This article shows how to simulate a data set in SAS that satisfies a least squares regression model for continuous variables.
When you simulate to create "synthetic" (or "fake") data, you (the programmer) control the true parameter values, the form of the model, the sample size, and magnitude of the error term. You can use simulated data as a quick-and-easy way to generate an example. You can use simulation to test the performance of an algorithm on very wide or very long data sets.
The least squares regression model with continuous explanatory variables is one of the simplest regression models. The book Simulating Data with SAS describes how to simulate data from dozens of regression models. I have previously blogged about how to simulate data from a logistic regression model in SAS.
Simulate data that satisfies a linear regression model
It is useful to be able to generate data that fits a known model. Suppose you want to fit a regression model in which the response variable is a linear combination of 10 explanatory variables, plus random noise. Furthermore, suppose you don't need to use real X values; you are happy to generate random values for the explanatory variables.
The following SAS statements specify the sample size (N) and the number of explanatory variables (nCont) as macro variables. With the SAS DATA step, you can do the following:
- Specify the model parameters, which are the regression coefficients: β0=Intercept, β1, β2, β3, .... If you know the number of explanatory variables, you can hard-code these values. The example below uses the formula βj = (-1) j+1 4 / (j+1), but you can use a different formula or hard-code the parameter values.
- Simulate the explanatory variables. In this example, the variables are independent and normally distributed. When augmented with a column that contains all 1s (to capture the model intercept), the explanatory variables form a data matrix, X.
- Specify the error distribution, ε ∼ N(0,σ).
- Simulate the response variable as Y = MODEL + ERROR = X β + ε.
%let N = 50; /* Specify sample size */ %let nCont = 10; /* Specify the number of continuous variables */ data SimReg1(keep= Y x:); call streaminit(54321); /* set the random number seed */ array x[&nCont]; /* explanatory vars are named x1-x&nCont */ /* 1. Specify model coefficients. You can hard-code values such as array beta[0:&nCont] _temporary_ (-4 2 -1.33 1 -0.8 0.67 -0.57 0.5 -0.44 0.4 -0.36); or you can use a formula such as the following */ array beta[0:&nCont] _temporary_; do j = 0 to &nCont; beta[j] = 4 * (-1)**(j+1) / (j+1); /* formula for beta[j] */ end; do i = 1 to &N; /* for each observation in the sample */ do j = 1 to dim(x); x[j] = rand("Normal"); /* 2. Simulate explanatory variables */ end; eta = beta[0]; /* model = intercept term */ do j = 1 to &nCont; eta = eta + beta[j] * x[j]; /* + sum(beta[j]*x[j]) */ end; epsilon = rand("Normal", 0, 1.5); /* 3. Specify error distrib */ Y = eta + epsilon; /* 4. Y = model + error */ output; end; run; |
How do you know whether the simulation is correct?

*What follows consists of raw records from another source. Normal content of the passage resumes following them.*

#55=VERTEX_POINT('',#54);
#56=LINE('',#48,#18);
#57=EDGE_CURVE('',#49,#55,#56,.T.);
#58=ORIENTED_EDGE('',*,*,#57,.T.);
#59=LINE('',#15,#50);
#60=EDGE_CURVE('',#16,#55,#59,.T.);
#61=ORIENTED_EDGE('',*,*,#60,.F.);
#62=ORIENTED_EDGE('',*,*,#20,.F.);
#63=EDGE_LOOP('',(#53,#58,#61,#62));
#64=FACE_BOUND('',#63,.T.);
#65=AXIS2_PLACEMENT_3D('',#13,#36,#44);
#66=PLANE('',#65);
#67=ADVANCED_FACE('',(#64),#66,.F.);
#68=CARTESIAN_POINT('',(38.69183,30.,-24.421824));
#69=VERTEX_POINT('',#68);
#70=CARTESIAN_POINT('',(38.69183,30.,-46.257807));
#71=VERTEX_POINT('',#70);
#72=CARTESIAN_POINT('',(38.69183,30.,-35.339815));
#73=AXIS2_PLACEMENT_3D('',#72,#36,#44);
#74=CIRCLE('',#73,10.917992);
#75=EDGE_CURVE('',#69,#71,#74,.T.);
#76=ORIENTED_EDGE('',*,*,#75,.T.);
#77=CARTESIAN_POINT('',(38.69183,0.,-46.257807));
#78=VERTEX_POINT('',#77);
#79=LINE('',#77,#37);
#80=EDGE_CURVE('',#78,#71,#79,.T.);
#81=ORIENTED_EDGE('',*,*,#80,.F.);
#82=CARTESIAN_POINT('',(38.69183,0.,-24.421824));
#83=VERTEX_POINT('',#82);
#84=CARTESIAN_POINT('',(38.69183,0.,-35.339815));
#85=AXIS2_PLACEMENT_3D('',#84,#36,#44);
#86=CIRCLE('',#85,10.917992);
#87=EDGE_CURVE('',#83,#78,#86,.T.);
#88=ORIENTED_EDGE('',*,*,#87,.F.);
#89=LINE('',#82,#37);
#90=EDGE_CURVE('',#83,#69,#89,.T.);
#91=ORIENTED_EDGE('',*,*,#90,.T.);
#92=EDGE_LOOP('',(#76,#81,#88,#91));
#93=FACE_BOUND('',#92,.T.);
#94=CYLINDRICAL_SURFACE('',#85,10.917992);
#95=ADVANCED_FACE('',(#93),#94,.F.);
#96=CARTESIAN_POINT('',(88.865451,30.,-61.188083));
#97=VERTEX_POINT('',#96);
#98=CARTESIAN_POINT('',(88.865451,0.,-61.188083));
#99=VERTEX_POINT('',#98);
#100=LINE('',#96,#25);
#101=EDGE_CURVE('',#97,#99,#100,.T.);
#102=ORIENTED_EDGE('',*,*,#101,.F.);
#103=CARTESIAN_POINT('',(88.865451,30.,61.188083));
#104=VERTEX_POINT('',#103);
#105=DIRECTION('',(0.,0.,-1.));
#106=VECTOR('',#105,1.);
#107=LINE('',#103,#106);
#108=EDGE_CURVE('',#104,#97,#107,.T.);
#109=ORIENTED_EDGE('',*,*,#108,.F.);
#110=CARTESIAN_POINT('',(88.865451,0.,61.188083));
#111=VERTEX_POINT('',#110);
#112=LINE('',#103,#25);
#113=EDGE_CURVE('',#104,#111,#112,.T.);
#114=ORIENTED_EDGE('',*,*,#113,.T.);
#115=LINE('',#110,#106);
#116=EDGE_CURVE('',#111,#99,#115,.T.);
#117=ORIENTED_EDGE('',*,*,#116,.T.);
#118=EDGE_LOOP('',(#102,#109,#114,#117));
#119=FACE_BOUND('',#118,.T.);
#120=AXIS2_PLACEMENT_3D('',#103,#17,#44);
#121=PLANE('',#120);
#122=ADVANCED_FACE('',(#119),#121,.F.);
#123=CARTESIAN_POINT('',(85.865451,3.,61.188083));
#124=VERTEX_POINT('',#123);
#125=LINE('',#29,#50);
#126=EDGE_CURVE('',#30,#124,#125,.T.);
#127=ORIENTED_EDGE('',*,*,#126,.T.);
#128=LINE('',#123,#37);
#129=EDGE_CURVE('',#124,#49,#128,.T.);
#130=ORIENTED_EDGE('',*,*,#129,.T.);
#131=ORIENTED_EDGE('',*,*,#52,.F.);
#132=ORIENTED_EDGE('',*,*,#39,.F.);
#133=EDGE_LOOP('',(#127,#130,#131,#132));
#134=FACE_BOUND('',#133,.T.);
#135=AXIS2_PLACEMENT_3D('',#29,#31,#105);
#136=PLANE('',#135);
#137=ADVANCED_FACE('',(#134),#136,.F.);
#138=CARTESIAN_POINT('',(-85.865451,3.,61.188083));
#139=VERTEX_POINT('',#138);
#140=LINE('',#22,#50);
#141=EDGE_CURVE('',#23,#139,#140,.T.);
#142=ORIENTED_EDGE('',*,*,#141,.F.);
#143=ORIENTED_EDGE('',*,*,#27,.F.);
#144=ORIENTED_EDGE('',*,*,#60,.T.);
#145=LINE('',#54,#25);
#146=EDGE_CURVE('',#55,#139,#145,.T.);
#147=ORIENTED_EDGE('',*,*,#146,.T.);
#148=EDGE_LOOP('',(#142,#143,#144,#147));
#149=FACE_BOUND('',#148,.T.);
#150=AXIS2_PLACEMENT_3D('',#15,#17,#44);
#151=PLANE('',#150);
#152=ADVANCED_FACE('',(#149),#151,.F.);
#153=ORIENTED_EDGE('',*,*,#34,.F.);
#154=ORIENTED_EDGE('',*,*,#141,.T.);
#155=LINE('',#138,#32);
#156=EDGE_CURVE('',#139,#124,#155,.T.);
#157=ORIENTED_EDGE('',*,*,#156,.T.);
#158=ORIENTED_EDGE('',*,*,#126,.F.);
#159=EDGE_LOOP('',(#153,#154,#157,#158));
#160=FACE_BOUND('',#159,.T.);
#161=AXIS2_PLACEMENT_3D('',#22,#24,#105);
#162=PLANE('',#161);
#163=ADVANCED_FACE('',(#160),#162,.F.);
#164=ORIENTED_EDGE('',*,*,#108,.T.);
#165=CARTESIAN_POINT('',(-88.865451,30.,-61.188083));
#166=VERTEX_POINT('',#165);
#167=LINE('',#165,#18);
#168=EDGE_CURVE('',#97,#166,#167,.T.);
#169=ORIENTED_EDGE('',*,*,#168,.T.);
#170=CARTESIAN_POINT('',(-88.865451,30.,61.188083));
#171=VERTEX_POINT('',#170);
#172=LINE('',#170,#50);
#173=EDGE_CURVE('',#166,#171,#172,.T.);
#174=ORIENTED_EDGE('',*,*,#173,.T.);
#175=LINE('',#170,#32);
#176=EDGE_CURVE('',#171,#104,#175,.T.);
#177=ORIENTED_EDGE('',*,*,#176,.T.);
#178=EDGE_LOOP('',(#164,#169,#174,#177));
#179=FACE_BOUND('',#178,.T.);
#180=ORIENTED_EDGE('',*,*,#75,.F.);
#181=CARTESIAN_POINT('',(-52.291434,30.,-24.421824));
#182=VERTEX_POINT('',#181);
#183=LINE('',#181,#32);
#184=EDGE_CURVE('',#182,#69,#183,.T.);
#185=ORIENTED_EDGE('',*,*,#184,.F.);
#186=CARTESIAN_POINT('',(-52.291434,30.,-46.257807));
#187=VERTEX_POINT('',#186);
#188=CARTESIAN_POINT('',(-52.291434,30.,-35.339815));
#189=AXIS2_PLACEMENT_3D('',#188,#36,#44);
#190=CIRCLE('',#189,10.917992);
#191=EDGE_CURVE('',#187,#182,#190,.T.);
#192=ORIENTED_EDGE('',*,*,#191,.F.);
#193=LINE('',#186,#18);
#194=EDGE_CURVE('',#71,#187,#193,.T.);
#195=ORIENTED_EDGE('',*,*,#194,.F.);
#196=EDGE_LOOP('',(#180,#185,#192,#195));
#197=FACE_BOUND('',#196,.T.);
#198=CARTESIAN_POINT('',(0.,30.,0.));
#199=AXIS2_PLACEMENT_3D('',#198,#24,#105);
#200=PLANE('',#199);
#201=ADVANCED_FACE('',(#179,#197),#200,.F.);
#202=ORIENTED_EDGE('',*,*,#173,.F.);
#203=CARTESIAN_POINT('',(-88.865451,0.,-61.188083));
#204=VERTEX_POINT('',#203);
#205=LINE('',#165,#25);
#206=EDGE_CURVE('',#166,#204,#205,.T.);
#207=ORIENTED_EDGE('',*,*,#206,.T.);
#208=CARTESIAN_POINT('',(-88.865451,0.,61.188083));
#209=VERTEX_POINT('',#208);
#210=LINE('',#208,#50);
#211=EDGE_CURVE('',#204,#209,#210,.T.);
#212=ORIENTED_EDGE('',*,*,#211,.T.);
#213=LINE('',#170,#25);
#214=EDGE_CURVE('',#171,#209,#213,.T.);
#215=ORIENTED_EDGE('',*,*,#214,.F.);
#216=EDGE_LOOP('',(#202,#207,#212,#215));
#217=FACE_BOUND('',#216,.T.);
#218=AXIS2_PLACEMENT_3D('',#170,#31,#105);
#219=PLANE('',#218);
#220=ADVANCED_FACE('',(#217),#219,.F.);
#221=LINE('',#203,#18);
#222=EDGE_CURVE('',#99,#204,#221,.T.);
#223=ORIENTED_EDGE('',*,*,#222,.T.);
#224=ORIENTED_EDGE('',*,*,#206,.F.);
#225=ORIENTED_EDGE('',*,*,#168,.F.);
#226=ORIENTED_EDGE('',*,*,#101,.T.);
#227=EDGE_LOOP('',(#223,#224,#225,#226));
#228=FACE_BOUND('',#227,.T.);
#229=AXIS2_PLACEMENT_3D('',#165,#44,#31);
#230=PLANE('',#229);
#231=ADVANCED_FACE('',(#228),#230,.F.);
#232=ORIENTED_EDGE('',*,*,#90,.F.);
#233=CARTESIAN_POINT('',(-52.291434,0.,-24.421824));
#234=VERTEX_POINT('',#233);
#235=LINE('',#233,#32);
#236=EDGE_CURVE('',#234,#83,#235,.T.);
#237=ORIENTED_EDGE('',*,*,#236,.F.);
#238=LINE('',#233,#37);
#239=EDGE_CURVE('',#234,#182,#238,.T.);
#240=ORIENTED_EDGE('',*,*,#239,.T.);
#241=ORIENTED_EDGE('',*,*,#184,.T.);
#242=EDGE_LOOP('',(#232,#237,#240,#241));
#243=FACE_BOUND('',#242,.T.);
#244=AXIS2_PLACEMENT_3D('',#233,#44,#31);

After you simulate data, it is a good idea to run a regression analysis and examine the parameter estimates. For large samples, the estimates should be close to the true value of the parameters. The following call to PROC REG fits the known model to the simulated data and displays the parameter estimates, confidence intervals for the parameters, and the root mean square error (root MSE) statistic.
proc reg data=SimReg1 plots=none; model Y = x: / CLB; ods select FitStatistics ParameterEstimates; quit; |
For a simple model a "large sample" does not have to be very large. Although the sample size is merely N = 50, the parameter estimates are close to the parameter values. Furthermore, the root MSE value is close to 1.5, which is the true magnitude of the error term. For this simulation, each 95% confidence interval contain the true value of the parameters, but that does not happen in general.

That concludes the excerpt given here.